“It was very PG when I first started,” WWE Hall of Famer Sunny recalled in an interview published in the WWE 50 book. “Under my little Bodydonna skirts, I had full-black bloomers, just like a cheerleading skirt. And then we started switching. I was actually the first person to wear a thong on TV. They didn’t even know I was going to wear a thong. It was like a one-piece bathing suit, but it was a thong back. I went out there in my robe, and I just took it off, and everybody was like ‘gasp!’ After that, everyone started loosening up a little more. And you saw more thongs, and a little more butt cheek.”
A lot more butt cheek, actually.
As the “Attitude Era” progressed, the Divas began to show more skin, particularly Miss Kitty, who celebrating winning the Women’s Championship by flashing her bare breasts. The move even shocked officials backstage, who did not know she was going to do this.
“I paused and slowly frame advanced that footage of Miss Kitty revealing herself over and over again,” admits former WWE announcer Matt Striker.
Other Divas, such as Jacqueline, fell victim to repeated wardrobe malfunctions. Eventually, the Diva movement of the late-’90s and 2000s led Sable, Chyna, Torrie Wilson, Christy Hemme, Candice Michelle, Ashley Massaro and Maria Kanellis to willingly pose nude for the pages of Playboy.

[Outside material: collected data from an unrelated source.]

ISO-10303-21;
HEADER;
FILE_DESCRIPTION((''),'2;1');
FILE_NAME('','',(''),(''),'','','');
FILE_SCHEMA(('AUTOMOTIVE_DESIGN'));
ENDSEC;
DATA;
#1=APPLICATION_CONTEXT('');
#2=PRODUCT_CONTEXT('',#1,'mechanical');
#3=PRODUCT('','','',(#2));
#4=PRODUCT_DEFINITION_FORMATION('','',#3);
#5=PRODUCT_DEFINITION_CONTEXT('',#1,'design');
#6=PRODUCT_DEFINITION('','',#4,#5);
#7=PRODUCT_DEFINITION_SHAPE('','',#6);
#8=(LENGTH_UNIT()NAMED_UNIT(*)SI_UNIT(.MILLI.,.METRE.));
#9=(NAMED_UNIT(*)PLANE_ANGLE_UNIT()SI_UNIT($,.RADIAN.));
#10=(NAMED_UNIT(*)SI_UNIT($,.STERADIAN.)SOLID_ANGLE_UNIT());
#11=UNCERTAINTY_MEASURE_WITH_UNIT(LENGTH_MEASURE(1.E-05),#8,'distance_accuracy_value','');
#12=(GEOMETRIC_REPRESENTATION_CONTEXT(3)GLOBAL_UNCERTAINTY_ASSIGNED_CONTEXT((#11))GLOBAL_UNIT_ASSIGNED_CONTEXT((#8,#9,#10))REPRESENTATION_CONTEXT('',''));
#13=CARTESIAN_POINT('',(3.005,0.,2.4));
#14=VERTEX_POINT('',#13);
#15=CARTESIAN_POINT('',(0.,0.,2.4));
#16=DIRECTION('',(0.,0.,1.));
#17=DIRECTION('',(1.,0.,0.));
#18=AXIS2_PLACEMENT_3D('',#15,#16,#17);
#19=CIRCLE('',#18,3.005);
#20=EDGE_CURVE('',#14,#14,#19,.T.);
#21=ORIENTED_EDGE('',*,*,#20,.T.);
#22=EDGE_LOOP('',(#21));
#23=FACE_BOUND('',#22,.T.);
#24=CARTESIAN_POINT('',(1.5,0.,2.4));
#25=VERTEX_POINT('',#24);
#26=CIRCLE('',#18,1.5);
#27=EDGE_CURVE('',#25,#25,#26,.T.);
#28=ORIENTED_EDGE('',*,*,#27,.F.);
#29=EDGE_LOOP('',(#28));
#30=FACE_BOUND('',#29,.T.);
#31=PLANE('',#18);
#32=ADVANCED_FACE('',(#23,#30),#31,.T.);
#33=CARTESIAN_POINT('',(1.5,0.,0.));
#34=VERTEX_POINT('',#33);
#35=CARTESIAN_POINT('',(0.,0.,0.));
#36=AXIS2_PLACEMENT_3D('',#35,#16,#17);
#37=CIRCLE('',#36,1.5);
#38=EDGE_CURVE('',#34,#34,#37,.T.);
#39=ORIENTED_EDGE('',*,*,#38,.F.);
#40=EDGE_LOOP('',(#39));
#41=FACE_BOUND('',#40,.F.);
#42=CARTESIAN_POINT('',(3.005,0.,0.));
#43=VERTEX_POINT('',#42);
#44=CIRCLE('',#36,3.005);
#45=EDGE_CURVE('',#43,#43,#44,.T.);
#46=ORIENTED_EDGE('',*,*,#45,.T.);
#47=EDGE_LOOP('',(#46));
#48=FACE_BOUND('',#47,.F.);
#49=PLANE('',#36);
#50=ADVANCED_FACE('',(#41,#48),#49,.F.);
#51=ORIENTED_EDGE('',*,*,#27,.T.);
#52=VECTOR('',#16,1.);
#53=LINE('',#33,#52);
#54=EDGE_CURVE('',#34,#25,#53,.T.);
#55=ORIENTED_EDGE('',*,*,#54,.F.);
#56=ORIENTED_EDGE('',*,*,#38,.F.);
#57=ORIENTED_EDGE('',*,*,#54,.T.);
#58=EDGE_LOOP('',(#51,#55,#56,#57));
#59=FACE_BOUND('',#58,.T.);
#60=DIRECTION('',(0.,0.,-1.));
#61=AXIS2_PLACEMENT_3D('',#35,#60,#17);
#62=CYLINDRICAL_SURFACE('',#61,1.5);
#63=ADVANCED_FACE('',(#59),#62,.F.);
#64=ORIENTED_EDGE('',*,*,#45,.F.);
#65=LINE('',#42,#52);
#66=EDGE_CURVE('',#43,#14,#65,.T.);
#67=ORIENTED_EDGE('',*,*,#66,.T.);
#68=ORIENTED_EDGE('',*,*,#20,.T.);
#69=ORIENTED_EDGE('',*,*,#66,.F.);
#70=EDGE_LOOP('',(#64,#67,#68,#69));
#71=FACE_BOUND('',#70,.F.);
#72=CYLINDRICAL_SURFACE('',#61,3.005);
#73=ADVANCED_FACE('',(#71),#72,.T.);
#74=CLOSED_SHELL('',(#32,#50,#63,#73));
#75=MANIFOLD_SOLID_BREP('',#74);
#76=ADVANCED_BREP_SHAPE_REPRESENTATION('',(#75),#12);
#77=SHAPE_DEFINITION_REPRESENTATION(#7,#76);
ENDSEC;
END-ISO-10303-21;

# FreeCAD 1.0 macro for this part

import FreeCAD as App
import Part
import Sketcher
Q = App.Units.Quantity

doc = App.newDocument("Part")
params = doc.addObject("Spreadsheet::Sheet", "Params")
for row, (alias, value) in enumerate([
    ("sketch1_diameter", "3 mm"),
    ("sketch1_diameter2", "6.01 mm"),
    ("pad1_length", "2.4 mm"),
], start=1):
    params.set(f"A{row}", alias)
    params.set(f"B{row}", "=" + value)
    params.setAlias(f"B{row}", alias)

body = doc.addObject("PartDesign::Body", "Body")

# Sketch on XY plane
sketch1 = doc.addObject("Sketcher::SketchObject", "Sketch")
body.addObject(sketch1)
sketch1.AttachmentSupport = (doc.XY_Plane, [""])
sketch1.MapMode = "FlatFace"
sketch1.addGeometry(Part.Circle(App.Vector(0, 0, 0), App.Vector(0, 0, 1), 3), False)
sketch1.addGeometry(Part.Circle(App.Vector(0, 0, 0), App.Vector(0, 0, 1), 1.5), False)
sketch1.addConstraint(Sketcher.Constraint("Coincident", 0, 3, -1, 1))
sketch1.addConstraint(Sketcher.Constraint("Coincident", 1, 3, -1, 1))
sketch1.addConstraint(Sketcher.Constraint("Diameter", 1, Q("3 mm")))
sketch1.addConstraint(Sketcher.Constraint("Diameter", 0, Q("6.01 mm")))
sketch1.setExpression("Constraints[2]", "Params.sketch1_diameter")
sketch1.setExpression("Constraints[3]", "Params.sketch1_diameter2")
pad1 = doc.addObject("PartDesign::Pad", "Pad")
body.addObject(pad1)
pad1.Profile = sketch1
pad1.setExpression("Length", "Params.pad1_length")

doc.recompute()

“Anytime we can expand our reach outside of our audience in a place our audience is not normally found is a good thing for the WWE brand,” says Stephanie McMahon. “It brings new eyeballs onto our programming; it gets people interested, Sable and Chyna doing Playboy was one of those times because suddenly we were mainstream. We were competing in a space that we had never been in before.”